Trial films is a subgenre of the legal/courtroom drama that encompasses films that are centered on a civil or criminal trial, typically a trial by jury.

The "trial" genre differs from the broader "courtroom drama" in that the latter includes any film in which a justice system plays an integral role in the film's narrative, and thus does not necessarily require the inclusion of a legal trial.

Notable films
In 1989, the American Bar Association rated the 12 best trial films of all time in their ABA Journal, providing a detailed and reasoned legal evaluation for its choices. Ten of the films are in English; M (1931) is in German and The Passion of Joan of Arc (1928) is a French silent film. Moreover, ten of them take place (at least, in part) in a courtroom.

In 2008, the American Film Institute compiled its own "courtroom drama" top-ten list, five films of which were also on the ABA list.

The ABA also published a list of the 12 best trial stageplays, noting that the transition from film to the stage is sometimes difficult. It also has an extensive honorable mention list.

Varieties
Outside of the first few minutes of the film, 12 Angry Men (1957) never enters a courtroom at all. It views the particular case and the system of justice through the prism of jury deliberations. The film explains practical explications of legal concepts basic to the American system of justice, and their effect on a particular trial and defendant. Those include the presumption of innocence, burden of proof, and the requirement of proof beyond a reasonable doubt.

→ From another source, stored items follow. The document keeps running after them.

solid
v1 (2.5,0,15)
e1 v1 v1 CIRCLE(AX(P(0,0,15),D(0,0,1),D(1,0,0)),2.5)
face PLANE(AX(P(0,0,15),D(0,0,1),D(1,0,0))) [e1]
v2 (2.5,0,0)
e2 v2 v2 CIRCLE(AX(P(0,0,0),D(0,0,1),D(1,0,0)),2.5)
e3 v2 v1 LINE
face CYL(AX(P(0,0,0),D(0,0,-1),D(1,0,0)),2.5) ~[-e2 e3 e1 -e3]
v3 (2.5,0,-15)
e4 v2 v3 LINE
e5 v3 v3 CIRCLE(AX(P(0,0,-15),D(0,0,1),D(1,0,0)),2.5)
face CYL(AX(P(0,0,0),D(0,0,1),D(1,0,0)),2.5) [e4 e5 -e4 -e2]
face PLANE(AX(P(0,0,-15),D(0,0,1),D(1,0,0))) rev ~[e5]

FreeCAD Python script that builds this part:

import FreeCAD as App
import Part
import Sketcher
from FreeCAD import Vector

doc = App.newDocument("Part")
body = doc.addObject("PartDesign::Body", "Body")

# Sketch on XY plane
sketch1 = body.newObject("Sketcher::SketchObject", "Sketch")
sketch1.AttachmentSupport = (doc.getObject("XY_Plane"), [""])
sketch1.MapMode = "FlatFace"
sketch1.addGeometry(Part.Circle(Vector(0, 0, 0), Vector(0, 0, 1), 2.5), False)
sketch1.addConstraint([
    Sketcher.Constraint("Coincident", 0, 3, -1, 1),
    Sketcher.Constraint("Diameter", 0, 5.0),
])
pad1 = body.newObject("PartDesign::Pad", "Pad")
pad1.Profile = sketch1
pad1.Length = 30
pad1.Midplane = True

doc.recompute()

The trial in M (1931) does not take place in a legal courtroom; rather, crime syndicate leaders along with the city's underground hold proceedings in a warehouse. Despite the lack of legal trappings, "it is one of the most effective trials ever filmed, questioning our notions of justice and revenge, mob rule and order, power and responsibility." Wearing long leather coats instead of robes, criminals become judges. The murderer is cast as the victim, while the forces of law and order must rely on luck. Peter Lorre strikingly raises the issue of his culpability due to alleged insanity, and the imposition of ultimate retributive justice is depicted as being unsatisfying for society and the survivors of the murdered victims.

While courtroom films are typically dramas, My Cousin Vinny (1992) is a comedy centered on a trial in Alabama. It resulted in Marisa Tomei winning the Best Supporting Actress Oscar.

Military trial films
The military trial film is a subtype of the trial genre that focuses on military trials (i.e., courts-martial).

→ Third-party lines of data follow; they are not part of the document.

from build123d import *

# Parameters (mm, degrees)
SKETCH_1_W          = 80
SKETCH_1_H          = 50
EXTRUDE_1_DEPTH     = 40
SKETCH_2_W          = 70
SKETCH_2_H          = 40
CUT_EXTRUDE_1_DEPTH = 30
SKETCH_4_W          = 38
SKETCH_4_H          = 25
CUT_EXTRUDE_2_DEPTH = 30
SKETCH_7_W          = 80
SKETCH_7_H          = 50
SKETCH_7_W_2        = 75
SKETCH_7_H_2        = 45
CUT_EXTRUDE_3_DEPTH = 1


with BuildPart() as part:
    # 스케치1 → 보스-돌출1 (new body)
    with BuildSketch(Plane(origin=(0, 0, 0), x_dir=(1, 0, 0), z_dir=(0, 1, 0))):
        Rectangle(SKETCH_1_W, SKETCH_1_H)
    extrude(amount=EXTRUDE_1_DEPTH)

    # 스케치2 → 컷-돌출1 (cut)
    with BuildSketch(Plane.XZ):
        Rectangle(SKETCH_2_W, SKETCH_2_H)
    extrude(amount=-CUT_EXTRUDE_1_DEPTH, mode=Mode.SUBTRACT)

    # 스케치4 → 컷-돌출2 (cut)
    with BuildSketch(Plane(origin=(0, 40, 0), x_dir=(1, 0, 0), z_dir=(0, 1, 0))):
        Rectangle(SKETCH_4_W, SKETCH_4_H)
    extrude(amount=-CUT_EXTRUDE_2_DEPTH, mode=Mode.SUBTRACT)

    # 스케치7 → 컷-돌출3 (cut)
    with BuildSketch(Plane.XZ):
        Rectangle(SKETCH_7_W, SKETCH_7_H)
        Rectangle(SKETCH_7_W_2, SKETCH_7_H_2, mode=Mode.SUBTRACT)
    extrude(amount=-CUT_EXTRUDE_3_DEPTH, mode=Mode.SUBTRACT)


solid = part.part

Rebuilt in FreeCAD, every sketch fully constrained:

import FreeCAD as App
import Part
import Sketcher

V = App.Vector
Q = App.Units.Quantity

doc = App.newDocument("Part")
body = doc.addObject("PartDesign::Body", "Body")

# Sketch on XZ plane
sketch1 = body.newObject("Sketcher::SketchObject", "Sketch")
sketch1.AttachmentSupport = (doc.getObject("XZ_Plane"), [""])
sketch1.MapMode = "FlatFace"
sketch1.addGeometry([
    Part.LineSegment(V(-40, -25, 0), V(-40, 25, 0)),
    Part.LineSegment(V(-40, 25, 0), V(40, 25, 0)),
    Part.LineSegment(V(40, 25, 0), V(40, -25, 0)),
    Part.LineSegment(V(40, -25, 0), V(-40, -25, 0)),
], False)
sketch1.addConstraint([
    Sketcher.Constraint("Coincident", 0, 2, 1, 1),
    Sketcher.Constraint("Coincident", 1, 2, 2, 1),
    Sketcher.Constraint("Coincident", 2, 2, 3, 1),
    Sketcher.Constraint("Coincident", 3, 2, 0, 1),
    Sketcher.Constraint("Vertical", 0),
    Sketcher.Constraint("Horizontal", 1),
    Sketcher.Constraint("Vertical", 2),
    Sketcher.Constraint("Horizontal", 3),
    Sketcher.Constraint("Symmetric", 0, 2, 2, 2, -1, 1),
    Sketcher.Constraint("DistanceX", 1, 1, 1, 2, Q("80 mm")),
    Sketcher.Constraint("DistanceY", 0, 1, 0, 2, Q("50 mm")),
])
pad1 = body.newObject("PartDesign::Pad", "Pad")
pad1.Profile = sketch1
pad1.Length = 40
pad1.Reversed = True

# Sketch on XZ plane
sketch2 = body.newObject("Sketcher::SketchObject", "Sketch001")
sketch2.AttachmentSupport = (doc.getObject("XZ_Plane"), [""])
sketch2.MapMode = "FlatFace"
sketch2.addGeometry([
    Part.LineSegment(V(-35, 20, 0), V(-35, -20, 0)),
    Part.LineSegment(V(-35, -20, 0), V(35, -20, 0)),
    Part.LineSegment(V(35, -20, 0), V(35, 20, 0)),
    Part.LineSegment(V(35, 20, 0), V(-35, 20, 0)),
], False)
sketch2.addConstraint([
    Sketcher.Constraint("Coincident", 0, 2, 1, 1),
    Sketcher.Constraint("Coincident", 1, 2, 2, 1),
    Sketcher.Constraint("Coincident", 2, 2, 3, 1),
    Sketcher.Constraint("Coincident", 3, 2, 0, 1),
    Sketcher.Constraint("Vertical", 0),
    Sketcher.Constraint("Horizontal", 1),
    Sketcher.Constraint("Vertical", 2),
    Sketcher.Constraint("Horizontal", 3),
    Sketcher.Constraint("Symmetric", 0, 2, 2, 2, -1, 1),
    Sketcher.Constraint("DistanceX", 1, 1, 1, 2, Q("70 mm")),
    Sketcher.Constraint("DistanceY", 0, 2, 0, 1, Q("40 mm")),
])
pocket1 = body.newObject("PartDesign::Pocket", "Pocket")
pocket1.Profile = sketch2
pocket1.Length = 30

# Sketch on XZ plane
sketch3 = body.newObject("Sketcher::SketchObject", "Sketch002")
sketch3.AttachmentSupport = (doc.getObject("XZ_Plane"), [""])
sketch3.MapMode = "FlatFace"
sketch3.AttachmentOffset = App.Placement(V(0, 0, -40), App.Rotation())
sketch3.addGeometry([
    Part.LineSegment(V(-19, -12, 0), V(-19, 12, 0)),
    Part.LineSegment(V(-19, 12, 0), V(19, 12, 0)),
    Part.LineSegment(V(19, 12, 0), V(19, -12, 0)),
    Part.LineSegment(V(19, -12, 0), V(-19, -12, 0)),
], False)
sketch3.addConstraint([
    Sketcher.Constraint("Coincident", 0, 2, 1, 1),
    Sketcher.Constraint("Coincident", 1, 2, 2, 1),
    Sketcher.Constraint("Coincident", 2, 2, 3, 1),
    Sketcher.Constraint("Coincident", 3, 2, 0, 1),
    Sketcher.Constraint("Vertical", 0),
    Sketcher.Constraint("Horizontal", 1),
    Sketcher.Constraint("Vertical", 2),
    Sketcher.Constraint("Horizontal", 3),
    Sketcher.Constraint("Symmetric", 0, 2, 2, 2, -1, 1),
    Sketcher.Constraint("DistanceX", 1, 1, 1, 2, Q("38 mm")),
    Sketcher.Constraint("DistanceY", 0, 1, 0, 2, Q("25 mm")),
])
pocket2 = body.newObject("PartDesign::Pocket", "Pocket001")
pocket2.Profile = sketch3
pocket2.Length = 30
pocket2.Reversed = True

# Sketch on XZ plane
sketch4 = body.newObject("Sketcher::SketchObject", "Sketch003")
sketch4.AttachmentSupport = (doc.getObject("XZ_Plane"), [""])
sketch4.MapMode = "FlatFace"
sketch4.addGeometry([
    Part.LineSegment(V(-40, 25, 0), V(-40, -25, 0)),  # 0
    Part.LineSegment(V(-40, -25, 0), V(40, -25, 0)),  # 1
    Part.LineSegment(V(40, -25, 0), V(40, 25, 0)),  # 2
    Part.LineSegment(V(40, 25, 0), V(-40, 25, 0)),  # 3
    Part.LineSegment(V(38, -22, 0), V(-38, -22, 0)),  # 4
    Part.LineSegment(V(-38, -22, 0), V(-38, 22, 0)),  # 5
    Part.LineSegment(V(-38, 22, 0), V(38, 22, 0)),  # 6
    Part.LineSegment(V(38, 22, 0), V(38, -22, 0)),  # 7
], False)
sketch4.addConstraint([
    Sketcher.Constraint("Coincident", 0, 2, 1, 1),
    Sketcher.Constraint("Coincident", 1, 2, 2, 1),
    Sketcher.Constraint("Coincident", 2, 2, 3, 1),
    Sketcher.Constraint("Coincident", 3, 2, 0, 1),
    Sketcher.Constraint("Coincident", 4, 2, 5, 1),
    Sketcher.Constraint("Coincident", 5, 2, 6, 1),
    Sketcher.Constraint("Coincident", 6, 2, 7, 1),
    Sketcher.Constraint("Coincident", 7, 2, 4, 1),
    Sketcher.Constraint("Vertical", 0),
    Sketcher.Constraint("Horizontal", 1),
    Sketcher.Constraint("Vertical", 2),
    Sketcher.Constraint("Horizontal", 3),
    Sketcher.Constraint("Horizontal", 4),
    Sketcher.Constraint("Vertical", 5),
    Sketcher.Constraint("Horizontal", 6),
    Sketcher.Constraint("Vertical", 7),
    Sketcher.Constraint("Symmetric", 0, 2, 2, 2, -1, 1),
    Sketcher.Constraint("Symmetric", 4, 2, 6, 2, -1, 1),
    Sketcher.Constraint("DistanceX", 1, 1, 1, 2, Q("80 mm")),
    Sketcher.Constraint("DistanceX", 4, 2, 4, 1, Q("75 mm")),
    Sketcher.Constraint("DistanceY", 0, 2, 0, 1, Q("50 mm")),
    Sketcher.Constraint("DistanceY", 5, 1, 5, 2, Q("45 mm")),
])
pocket3 = body.newObject("PartDesign::Pocket", "Pocket002")
pocket3.Profile = sketch4
pocket3.Length = 1

doc.recompute()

They typically include conflicting questions of loyalty, command responsibility, ethical rules and rules of engagement, obedience to superior authority, politics and class conflict. War and trials are good foils for one another. The struggles are perennial and engaging. A partial list includes:

Religious trial films
 God on Trial (2008) is a BBC/WGBH Boston television play that takes place in Auschwitz during World War II. The Jewish prisoners put God on trial in absentia for abandoning the Jewish people by allowing Nazi Germany to commit genocide.
 The Passion of the Christ (2004), in which Jesus Christ (played by Jim Caviezel) is alternately tried by Herod Antipas and Pontius Pilate and ultimately executed by Pilate. Nominated for three Academy Awards.
 The Devil and Daniel Webster (1941) features Walter Huston as the Devil arguing for a man's soul. Huston was nominated for the Best Actor in a Leading Role Academy Award.
Solomon and Sheba (1959) portrays the famous Judgment of Solomon from the Bible.
 The Man Who Sued God (2001), an Australian film starring Billy Connolly who takes God (represented by the church) to court for compensation over the destruction of his fishing boat due to an "act of God".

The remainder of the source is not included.